• Task item:
Please give back, word for word, each line from the start of the entries through the one in which "f 419 339 349" is found.

• Source information:
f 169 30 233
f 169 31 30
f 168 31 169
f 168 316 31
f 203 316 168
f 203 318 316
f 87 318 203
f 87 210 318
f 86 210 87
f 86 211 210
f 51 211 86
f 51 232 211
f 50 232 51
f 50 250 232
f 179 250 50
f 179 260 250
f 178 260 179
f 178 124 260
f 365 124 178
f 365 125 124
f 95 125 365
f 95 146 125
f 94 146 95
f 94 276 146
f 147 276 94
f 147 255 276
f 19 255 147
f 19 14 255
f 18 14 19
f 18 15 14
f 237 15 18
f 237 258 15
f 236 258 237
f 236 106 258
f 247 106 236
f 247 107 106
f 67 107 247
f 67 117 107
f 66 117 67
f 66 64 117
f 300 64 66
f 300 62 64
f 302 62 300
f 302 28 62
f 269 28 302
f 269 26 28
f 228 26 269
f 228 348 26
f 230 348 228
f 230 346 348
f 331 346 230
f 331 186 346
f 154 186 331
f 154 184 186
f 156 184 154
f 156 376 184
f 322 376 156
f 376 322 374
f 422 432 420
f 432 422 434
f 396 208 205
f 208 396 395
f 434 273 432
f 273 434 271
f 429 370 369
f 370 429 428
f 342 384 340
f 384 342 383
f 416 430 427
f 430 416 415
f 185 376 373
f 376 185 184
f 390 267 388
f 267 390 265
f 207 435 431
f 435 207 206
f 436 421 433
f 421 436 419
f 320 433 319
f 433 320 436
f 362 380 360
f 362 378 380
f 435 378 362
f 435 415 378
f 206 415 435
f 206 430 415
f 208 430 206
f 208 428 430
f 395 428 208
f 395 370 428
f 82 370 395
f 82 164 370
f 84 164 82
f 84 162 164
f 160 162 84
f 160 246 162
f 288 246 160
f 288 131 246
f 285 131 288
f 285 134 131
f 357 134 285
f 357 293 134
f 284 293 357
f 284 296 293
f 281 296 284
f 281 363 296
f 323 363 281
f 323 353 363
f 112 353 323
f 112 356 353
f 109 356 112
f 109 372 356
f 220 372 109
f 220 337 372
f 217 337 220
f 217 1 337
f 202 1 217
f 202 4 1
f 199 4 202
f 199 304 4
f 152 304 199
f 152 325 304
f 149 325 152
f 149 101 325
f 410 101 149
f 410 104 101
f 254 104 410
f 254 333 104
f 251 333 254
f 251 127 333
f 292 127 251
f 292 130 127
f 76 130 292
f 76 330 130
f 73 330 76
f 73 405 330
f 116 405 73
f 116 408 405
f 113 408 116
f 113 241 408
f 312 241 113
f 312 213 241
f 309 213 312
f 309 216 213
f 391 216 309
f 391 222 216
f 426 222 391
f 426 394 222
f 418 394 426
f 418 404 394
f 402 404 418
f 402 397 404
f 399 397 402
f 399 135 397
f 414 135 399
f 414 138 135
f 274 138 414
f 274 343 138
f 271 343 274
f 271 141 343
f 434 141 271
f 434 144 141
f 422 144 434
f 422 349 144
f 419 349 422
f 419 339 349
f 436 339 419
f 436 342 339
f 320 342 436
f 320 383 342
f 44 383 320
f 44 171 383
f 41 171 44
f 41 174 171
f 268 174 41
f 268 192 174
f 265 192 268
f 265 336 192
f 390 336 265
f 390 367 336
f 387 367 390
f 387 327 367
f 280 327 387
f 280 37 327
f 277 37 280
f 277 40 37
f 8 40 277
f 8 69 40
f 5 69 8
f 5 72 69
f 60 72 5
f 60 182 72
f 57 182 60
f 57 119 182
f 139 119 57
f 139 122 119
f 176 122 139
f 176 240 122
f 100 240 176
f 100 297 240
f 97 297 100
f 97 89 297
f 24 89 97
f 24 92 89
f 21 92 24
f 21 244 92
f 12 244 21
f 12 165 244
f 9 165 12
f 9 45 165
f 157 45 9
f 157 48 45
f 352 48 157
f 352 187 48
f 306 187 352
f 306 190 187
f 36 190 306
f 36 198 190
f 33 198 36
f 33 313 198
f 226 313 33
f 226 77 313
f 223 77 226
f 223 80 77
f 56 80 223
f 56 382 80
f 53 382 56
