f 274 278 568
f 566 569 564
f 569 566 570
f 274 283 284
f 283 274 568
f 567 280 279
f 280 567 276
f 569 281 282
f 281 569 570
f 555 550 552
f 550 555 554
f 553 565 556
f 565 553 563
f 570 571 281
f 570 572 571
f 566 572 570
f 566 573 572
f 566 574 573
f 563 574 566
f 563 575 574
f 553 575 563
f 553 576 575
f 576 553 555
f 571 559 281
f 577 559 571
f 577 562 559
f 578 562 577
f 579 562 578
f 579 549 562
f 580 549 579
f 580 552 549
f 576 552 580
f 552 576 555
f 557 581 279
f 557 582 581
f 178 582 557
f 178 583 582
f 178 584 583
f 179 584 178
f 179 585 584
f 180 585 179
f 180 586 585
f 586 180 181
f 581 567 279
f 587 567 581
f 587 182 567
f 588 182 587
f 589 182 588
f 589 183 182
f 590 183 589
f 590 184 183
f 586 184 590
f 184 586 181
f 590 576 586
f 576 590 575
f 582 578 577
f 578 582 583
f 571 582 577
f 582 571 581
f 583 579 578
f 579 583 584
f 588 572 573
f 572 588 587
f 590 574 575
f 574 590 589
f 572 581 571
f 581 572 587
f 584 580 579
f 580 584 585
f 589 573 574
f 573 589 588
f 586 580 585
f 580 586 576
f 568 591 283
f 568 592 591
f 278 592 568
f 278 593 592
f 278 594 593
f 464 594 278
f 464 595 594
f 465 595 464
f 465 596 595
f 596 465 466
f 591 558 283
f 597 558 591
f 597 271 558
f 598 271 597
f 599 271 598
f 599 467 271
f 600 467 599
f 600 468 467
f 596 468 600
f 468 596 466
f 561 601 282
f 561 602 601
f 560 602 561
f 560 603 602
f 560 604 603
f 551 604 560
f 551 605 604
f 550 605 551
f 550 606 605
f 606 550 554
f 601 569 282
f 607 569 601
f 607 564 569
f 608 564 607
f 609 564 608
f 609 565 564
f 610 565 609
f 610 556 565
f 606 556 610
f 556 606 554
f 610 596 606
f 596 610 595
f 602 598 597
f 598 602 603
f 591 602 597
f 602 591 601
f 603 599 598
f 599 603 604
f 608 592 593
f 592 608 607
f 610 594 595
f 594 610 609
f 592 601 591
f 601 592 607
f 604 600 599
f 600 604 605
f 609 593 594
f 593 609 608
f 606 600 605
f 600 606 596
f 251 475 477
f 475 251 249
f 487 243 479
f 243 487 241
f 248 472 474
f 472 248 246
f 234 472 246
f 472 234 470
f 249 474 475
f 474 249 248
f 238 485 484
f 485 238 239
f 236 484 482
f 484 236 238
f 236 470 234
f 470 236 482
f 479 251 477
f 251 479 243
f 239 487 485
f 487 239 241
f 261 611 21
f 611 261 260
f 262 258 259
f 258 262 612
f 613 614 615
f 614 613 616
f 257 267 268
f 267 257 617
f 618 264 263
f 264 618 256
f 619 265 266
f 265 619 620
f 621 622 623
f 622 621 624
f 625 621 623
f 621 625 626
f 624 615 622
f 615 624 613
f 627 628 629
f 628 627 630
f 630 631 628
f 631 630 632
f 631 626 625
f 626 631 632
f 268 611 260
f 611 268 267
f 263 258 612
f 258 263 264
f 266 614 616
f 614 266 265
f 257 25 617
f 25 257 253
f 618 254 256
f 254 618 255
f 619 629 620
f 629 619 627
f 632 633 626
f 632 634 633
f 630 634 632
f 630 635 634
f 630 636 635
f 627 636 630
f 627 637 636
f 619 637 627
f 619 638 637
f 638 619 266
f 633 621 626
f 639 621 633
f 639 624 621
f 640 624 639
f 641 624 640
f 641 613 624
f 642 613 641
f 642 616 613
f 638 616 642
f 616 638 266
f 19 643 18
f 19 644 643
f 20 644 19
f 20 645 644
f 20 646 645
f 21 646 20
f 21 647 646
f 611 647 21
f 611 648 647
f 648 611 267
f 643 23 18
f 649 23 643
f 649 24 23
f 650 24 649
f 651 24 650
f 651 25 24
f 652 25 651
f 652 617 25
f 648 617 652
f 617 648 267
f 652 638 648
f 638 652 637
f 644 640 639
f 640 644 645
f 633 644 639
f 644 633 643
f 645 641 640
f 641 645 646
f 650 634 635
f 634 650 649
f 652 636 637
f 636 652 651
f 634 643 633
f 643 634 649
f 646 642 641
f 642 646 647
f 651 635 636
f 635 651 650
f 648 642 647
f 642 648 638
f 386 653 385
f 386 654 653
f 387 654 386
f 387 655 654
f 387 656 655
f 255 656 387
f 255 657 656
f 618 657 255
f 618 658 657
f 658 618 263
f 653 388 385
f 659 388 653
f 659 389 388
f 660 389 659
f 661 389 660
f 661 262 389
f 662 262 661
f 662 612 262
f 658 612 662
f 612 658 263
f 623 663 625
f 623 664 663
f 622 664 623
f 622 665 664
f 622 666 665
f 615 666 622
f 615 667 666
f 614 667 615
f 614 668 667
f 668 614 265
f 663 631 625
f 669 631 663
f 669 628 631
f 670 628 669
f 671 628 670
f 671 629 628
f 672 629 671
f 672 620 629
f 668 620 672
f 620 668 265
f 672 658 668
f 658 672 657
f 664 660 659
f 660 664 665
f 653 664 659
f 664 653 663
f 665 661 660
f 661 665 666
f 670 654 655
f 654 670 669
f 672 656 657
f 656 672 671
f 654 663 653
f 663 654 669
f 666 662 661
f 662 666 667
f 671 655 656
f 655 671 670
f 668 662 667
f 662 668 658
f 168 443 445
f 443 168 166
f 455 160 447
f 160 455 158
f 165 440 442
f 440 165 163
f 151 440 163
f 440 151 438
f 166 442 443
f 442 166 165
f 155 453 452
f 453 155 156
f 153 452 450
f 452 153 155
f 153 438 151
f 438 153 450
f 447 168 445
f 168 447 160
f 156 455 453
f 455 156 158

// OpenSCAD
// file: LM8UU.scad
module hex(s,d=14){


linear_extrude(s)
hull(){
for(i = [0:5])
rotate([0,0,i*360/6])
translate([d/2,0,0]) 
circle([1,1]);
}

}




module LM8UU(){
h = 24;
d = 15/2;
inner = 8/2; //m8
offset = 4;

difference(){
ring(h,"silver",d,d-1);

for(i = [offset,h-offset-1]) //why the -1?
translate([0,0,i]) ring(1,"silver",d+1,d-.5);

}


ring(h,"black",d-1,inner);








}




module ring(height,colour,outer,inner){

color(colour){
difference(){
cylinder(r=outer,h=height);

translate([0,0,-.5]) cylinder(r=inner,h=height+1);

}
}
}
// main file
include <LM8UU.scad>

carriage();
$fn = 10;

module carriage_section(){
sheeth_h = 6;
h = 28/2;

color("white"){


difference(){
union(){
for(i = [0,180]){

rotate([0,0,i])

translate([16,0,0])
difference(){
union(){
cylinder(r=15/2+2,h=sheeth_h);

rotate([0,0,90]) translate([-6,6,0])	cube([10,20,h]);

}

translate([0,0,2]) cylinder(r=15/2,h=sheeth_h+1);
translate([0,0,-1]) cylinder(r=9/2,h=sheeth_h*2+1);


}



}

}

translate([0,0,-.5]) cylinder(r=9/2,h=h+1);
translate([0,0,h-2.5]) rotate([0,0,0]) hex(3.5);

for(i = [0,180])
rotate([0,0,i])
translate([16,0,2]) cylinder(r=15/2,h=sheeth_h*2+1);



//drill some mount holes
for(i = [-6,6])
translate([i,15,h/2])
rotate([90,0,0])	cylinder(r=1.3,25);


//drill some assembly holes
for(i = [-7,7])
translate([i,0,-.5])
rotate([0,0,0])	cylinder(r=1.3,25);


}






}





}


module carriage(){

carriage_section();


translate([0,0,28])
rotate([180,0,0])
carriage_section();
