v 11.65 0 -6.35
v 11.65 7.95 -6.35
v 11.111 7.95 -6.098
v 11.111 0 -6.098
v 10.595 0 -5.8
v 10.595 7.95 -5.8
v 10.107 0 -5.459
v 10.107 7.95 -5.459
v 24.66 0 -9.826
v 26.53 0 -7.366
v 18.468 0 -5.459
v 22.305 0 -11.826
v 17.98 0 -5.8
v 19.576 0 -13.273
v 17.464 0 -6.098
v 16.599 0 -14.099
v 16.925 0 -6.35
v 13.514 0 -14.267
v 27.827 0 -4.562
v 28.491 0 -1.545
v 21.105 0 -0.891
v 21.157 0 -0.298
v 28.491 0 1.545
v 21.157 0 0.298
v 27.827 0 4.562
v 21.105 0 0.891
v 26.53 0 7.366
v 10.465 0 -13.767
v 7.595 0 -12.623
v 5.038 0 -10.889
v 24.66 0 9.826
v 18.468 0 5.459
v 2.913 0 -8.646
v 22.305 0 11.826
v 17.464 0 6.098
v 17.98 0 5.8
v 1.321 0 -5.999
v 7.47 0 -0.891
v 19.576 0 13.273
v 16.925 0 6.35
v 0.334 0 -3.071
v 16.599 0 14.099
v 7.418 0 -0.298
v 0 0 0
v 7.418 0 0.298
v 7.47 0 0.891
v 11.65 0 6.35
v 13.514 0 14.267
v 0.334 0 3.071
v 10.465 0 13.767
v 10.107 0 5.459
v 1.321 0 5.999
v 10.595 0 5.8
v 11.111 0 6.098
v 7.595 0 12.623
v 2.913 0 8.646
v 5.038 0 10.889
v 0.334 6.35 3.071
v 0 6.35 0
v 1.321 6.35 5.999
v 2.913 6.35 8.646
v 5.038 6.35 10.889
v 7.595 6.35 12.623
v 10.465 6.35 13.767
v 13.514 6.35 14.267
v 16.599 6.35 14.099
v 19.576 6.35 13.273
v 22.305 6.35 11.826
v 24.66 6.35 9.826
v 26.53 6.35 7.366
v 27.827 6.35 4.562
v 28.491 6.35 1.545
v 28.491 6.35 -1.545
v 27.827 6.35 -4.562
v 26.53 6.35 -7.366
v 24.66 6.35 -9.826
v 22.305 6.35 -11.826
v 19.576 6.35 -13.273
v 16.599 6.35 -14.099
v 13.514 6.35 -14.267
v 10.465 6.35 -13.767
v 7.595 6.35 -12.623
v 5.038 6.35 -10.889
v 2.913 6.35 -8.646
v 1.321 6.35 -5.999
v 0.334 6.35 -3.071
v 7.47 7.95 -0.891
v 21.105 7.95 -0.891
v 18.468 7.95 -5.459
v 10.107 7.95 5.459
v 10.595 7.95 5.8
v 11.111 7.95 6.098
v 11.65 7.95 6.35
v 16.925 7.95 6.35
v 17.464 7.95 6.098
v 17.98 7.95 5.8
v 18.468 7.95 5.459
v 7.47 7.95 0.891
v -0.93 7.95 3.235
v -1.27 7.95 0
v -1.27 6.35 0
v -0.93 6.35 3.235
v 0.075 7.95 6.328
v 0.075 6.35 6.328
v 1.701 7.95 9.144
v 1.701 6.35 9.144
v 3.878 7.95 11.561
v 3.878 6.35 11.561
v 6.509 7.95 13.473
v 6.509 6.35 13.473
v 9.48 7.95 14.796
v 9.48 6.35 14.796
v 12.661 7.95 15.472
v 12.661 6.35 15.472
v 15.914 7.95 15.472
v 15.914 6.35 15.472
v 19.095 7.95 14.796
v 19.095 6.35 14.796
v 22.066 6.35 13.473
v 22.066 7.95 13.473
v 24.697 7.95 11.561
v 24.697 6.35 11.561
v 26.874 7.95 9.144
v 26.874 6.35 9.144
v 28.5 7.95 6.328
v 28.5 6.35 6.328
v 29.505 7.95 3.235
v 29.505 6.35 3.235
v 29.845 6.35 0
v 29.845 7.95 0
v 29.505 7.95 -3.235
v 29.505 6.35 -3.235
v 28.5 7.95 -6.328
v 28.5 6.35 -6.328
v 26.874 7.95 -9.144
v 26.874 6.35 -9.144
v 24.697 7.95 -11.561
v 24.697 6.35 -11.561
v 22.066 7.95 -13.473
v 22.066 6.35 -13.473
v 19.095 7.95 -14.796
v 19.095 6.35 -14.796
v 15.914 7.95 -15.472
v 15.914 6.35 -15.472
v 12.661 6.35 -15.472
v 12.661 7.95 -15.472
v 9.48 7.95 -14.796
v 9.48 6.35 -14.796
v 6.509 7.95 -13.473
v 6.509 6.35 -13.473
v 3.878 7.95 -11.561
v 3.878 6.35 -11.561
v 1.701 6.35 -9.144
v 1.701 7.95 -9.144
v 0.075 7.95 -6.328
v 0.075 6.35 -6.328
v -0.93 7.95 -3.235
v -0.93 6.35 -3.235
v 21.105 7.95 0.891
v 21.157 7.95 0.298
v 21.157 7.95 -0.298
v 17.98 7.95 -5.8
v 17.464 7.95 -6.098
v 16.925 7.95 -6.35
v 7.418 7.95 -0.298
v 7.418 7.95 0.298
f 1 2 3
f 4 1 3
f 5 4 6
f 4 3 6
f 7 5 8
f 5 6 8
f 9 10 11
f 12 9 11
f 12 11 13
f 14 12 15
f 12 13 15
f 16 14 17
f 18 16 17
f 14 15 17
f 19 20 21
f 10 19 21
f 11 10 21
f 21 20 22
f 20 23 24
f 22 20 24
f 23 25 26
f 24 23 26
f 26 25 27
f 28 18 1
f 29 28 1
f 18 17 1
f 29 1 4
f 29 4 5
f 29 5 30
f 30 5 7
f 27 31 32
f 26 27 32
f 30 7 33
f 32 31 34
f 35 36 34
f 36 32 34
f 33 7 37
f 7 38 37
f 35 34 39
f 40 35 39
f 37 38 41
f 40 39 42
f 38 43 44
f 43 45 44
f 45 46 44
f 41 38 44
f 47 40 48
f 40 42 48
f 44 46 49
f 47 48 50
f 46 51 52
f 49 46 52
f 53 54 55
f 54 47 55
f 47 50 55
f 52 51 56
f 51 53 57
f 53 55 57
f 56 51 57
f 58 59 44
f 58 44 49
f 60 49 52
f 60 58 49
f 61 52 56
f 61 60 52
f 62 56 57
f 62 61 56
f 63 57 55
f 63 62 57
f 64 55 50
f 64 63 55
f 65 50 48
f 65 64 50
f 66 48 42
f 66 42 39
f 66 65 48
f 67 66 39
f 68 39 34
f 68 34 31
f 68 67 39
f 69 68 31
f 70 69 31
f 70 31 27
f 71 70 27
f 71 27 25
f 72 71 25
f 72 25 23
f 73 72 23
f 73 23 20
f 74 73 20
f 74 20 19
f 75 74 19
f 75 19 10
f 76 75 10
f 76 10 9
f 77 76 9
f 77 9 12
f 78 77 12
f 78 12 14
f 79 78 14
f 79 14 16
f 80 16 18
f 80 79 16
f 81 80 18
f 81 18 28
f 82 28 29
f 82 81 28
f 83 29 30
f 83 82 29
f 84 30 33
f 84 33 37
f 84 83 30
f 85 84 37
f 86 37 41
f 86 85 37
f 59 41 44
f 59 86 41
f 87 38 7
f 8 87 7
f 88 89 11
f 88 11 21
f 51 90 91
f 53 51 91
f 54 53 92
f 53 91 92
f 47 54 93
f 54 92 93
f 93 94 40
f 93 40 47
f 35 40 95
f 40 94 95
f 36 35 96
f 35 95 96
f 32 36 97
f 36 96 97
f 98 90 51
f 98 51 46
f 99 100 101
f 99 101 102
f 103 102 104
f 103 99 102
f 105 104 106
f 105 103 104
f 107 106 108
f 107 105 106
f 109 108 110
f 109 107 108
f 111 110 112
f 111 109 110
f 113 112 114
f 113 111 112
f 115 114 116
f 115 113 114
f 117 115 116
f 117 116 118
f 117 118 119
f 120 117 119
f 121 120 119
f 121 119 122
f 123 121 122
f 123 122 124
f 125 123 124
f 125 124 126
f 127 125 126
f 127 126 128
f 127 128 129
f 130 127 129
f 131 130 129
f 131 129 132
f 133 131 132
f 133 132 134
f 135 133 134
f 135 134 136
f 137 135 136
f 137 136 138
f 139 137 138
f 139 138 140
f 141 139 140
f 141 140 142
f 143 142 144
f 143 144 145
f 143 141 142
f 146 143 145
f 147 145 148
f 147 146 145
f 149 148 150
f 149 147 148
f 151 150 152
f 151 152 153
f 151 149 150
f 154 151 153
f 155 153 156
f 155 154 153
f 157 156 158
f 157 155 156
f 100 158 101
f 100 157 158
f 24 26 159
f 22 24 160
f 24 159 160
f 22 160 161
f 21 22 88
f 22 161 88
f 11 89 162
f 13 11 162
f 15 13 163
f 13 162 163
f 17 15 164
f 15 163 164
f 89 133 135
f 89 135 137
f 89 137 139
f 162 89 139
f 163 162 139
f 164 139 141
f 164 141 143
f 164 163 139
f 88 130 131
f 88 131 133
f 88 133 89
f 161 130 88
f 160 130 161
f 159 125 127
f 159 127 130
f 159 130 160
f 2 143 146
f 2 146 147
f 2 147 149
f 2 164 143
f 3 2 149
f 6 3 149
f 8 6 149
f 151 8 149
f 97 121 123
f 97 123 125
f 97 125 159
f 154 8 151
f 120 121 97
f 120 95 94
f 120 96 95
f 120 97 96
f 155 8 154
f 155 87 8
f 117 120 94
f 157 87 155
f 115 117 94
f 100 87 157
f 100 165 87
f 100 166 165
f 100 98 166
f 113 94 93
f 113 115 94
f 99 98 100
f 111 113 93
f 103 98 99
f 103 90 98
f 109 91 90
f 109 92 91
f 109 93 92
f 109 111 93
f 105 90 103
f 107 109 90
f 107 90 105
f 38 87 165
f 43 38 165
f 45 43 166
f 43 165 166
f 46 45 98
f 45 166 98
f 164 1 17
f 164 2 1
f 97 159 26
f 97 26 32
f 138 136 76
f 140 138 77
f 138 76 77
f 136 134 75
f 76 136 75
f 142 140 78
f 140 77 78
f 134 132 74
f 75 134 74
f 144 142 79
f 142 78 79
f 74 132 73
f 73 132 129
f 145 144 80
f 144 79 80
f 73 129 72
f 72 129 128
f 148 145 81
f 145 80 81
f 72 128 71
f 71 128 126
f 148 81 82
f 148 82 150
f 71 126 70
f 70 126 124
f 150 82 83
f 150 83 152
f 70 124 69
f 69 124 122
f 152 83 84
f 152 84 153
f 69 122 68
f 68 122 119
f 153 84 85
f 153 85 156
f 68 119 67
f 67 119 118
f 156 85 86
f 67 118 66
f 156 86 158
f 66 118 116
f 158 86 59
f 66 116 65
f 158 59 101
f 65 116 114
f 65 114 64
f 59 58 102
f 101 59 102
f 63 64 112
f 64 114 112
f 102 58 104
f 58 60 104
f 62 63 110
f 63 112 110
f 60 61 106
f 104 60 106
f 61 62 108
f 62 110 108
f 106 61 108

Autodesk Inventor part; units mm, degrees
ref_plane "YZ Plane" through (0, 0, 0) normal (1, 0, 0) x (0, 1, 0)
ref_plane "XZ Plane" through (0, 0, 0) normal (0, 1, 0) x (-1, 0, 0)
ref_plane "XY Plane" through (0, 0, 0) normal (0, 0, 1) x (1, 0, 0)
sketch "Sketch5" plane through (0, 0, 0) normal (0, 0, 1) x (1, 0, 0)
  line L0 (0, 0) -> (0, 6.35)
  line L1 (0, 6.35) -> (-1.27, 6.35)
  line L2 (-1.27, 6.35) -> (-1.27, 7.9502)
  line L3 (-1.27, 7.9502) -> (29.845, 7.9502)
  line L4 (29.845, 7.9502) -> (29.845, 6.35)
  line L5 (29.845, 6.35) -> (28.575, 6.35)
  line L6 (28.575, 6.35) -> (28.575, 0)
  line L7 (28.575, 0) -> (0, 0)
  line L8 (14.2875, 0) -> (14.2875, 7.9502)
  dimension "d8" = 28.575
  dimension "d9" = 31.115
  dimension "d10" = 6.35
  dimension "d12" = 7.9502
revolve "Revolution2" add sketch "Sketch5" angle 360 about axis through (14.2875, 0, 0) along (0, 1, 0) contours L0 L1 L2 L3 L8 L7
sketch "Sketch6" plane through (14.2875, 7.9502, 0) normal (0, 1, 0) x (1, 0, 0)
  line L0 (-7.3323, 0) -> (-3.6662, 6.35)
  line L1 (-3.6662, 6.35) -> (3.6662, 6.35)
  line L2 (3.6662, 6.35) -> (7.3323, 0)
  line L3 (7.3323, 0) -> (3.6662, -6.35)
  line L4 (3.6662, -6.35) -> (-3.6662, -6.35)
  line L5 (-3.6662, -6.35) -> (-7.3323, 0)
  circle A0 centre (0, 0) radius 15.5575 projected
  circle A1 centre (0, 0) radius 6.8758
  point P0 (-14.2875, 0)
  point P1 (2.637, -6.35)
  point P2 (4.1808, -5.4587)
  point P3 (6.8178, -0.8913)
  point P4 (6.8178, 0.8913)
  point P5 (4.1808, 5.4587)
  point P6 (2.637, 6.35)
  point P7 (-2.637, 6.35)
  point P8 (-4.1808, 5.4587)
  point P9 (-6.8178, 0.8913)
  point P10 (-6.8178, -0.8913)
  point P11 (-4.1808, -5.4587)
  point P12 (-2.637, -6.35)
  dimension "d14" = 12.7
  dimension "d15" = 13.7516
extrude "Extrusion1" cut sketch "Sketch6" against normal through all contours L0 A1 L1 L2 L3 L4 L5
properties part number "part_ Ball Bearing for Thundershaft"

• Solution for this task:
f 169 30 233
f 169 31 30
f 168 31 169
f 168 316 31
f 203 316 168
f 203 318 316
f 87 318 203
f 87 210 318
f 86 210 87
f 86 211 210
f 51 211 86
f 51 232 211
f 50 232 51
f 50 250 232
f 179 250 50
f 179 260 250
f 178 260 179
f 178 124 260
f 365 124 178
f 365 125 124
f 95 125 365
f 95 146 125
f 94 146 95
f 94 276 146
f 147 276 94
f 147 255 276
f 19 255 147
f 19 14 255
f 18 14 19
f 18 15 14
f 237 15 18
f 237 258 15
f 236 258 237
f 236 106 258
f 247 106 236
f 247 107 106
f 67 107 247
f 67 117 107
f 66 117 67
f 66 64 117
f 300 64 66
f 300 62 64
f 302 62 300
f 302 28 62
f 269 28 302
f 269 26 28
f 228 26 269
f 228 348 26
f 230 348 228
f 230 346 348
f 331 346 230
f 331 186 346
f 154 186 331
f 154 184 186
f 156 184 154
f 156 376 184
f 322 376 156
f 376 322 374
f 422 432 420
f 432 422 434
f 396 208 205
f 208 396 395
f 434 273 432
f 273 434 271
f 429 370 369
f 370 429 428
f 342 384 340
f 384 342 383
f 416 430 427
f 430 416 415
f 185 376 373
f 376 185 184
f 390 267 388
f 267 390 265
f 207 435 431
f 435 207 206
f 436 421 433
f 421 436 419
f 320 433 319
f 433 320 436
f 362 380 360
f 362 378 380
f 435 378 362
f 435 415 378
f 206 415 435
f 206 430 415
f 208 430 206
f 208 428 430
f 395 428 208
f 395 370 428
f 82 370 395
f 82 164 370
f 84 164 82
f 84 162 164
f 160 162 84
f 160 246 162
f 288 246 160
f 288 131 246
f 285 131 288
f 285 134 131
f 357 134 285
f 357 293 134
f 284 293 357
f 284 296 293
f 281 296 284
f 281 363 296
f 323 363 281
f 323 353 363
f 112 353 323
f 112 356 353
f 109 356 112
f 109 372 356
f 220 372 109
f 220 337 372
f 217 337 220
f 217 1 337
f 202 1 217
f 202 4 1
f 199 4 202
f 199 304 4
f 152 304 199
f 152 325 304
f 149 325 152
f 149 101 325
f 410 101 149
f 410 104 101
f 254 104 410
f 254 333 104
f 251 333 254
f 251 127 333
f 292 127 251
f 292 130 127
f 76 130 292
f 76 330 130
f 73 330 76
f 73 405 330
f 116 405 73
f 116 408 405
f 113 408 116
f 113 241 408
f 312 241 113
f 312 213 241
f 309 213 312
f 309 216 213
f 391 216 309
f 391 222 216
f 426 222 391
f 426 394 222
f 418 394 426
f 418 404 394
f 402 404 418
f 402 397 404
f 399 397 402
f 399 135 397
f 414 135 399
f 414 138 135
f 274 138 414
f 274 343 138
f 271 343 274
f 271 141 343
f 434 141 271
f 434 144 141
f 422 144 434
f 422 349 144
f 419 349 422
f 419 339 349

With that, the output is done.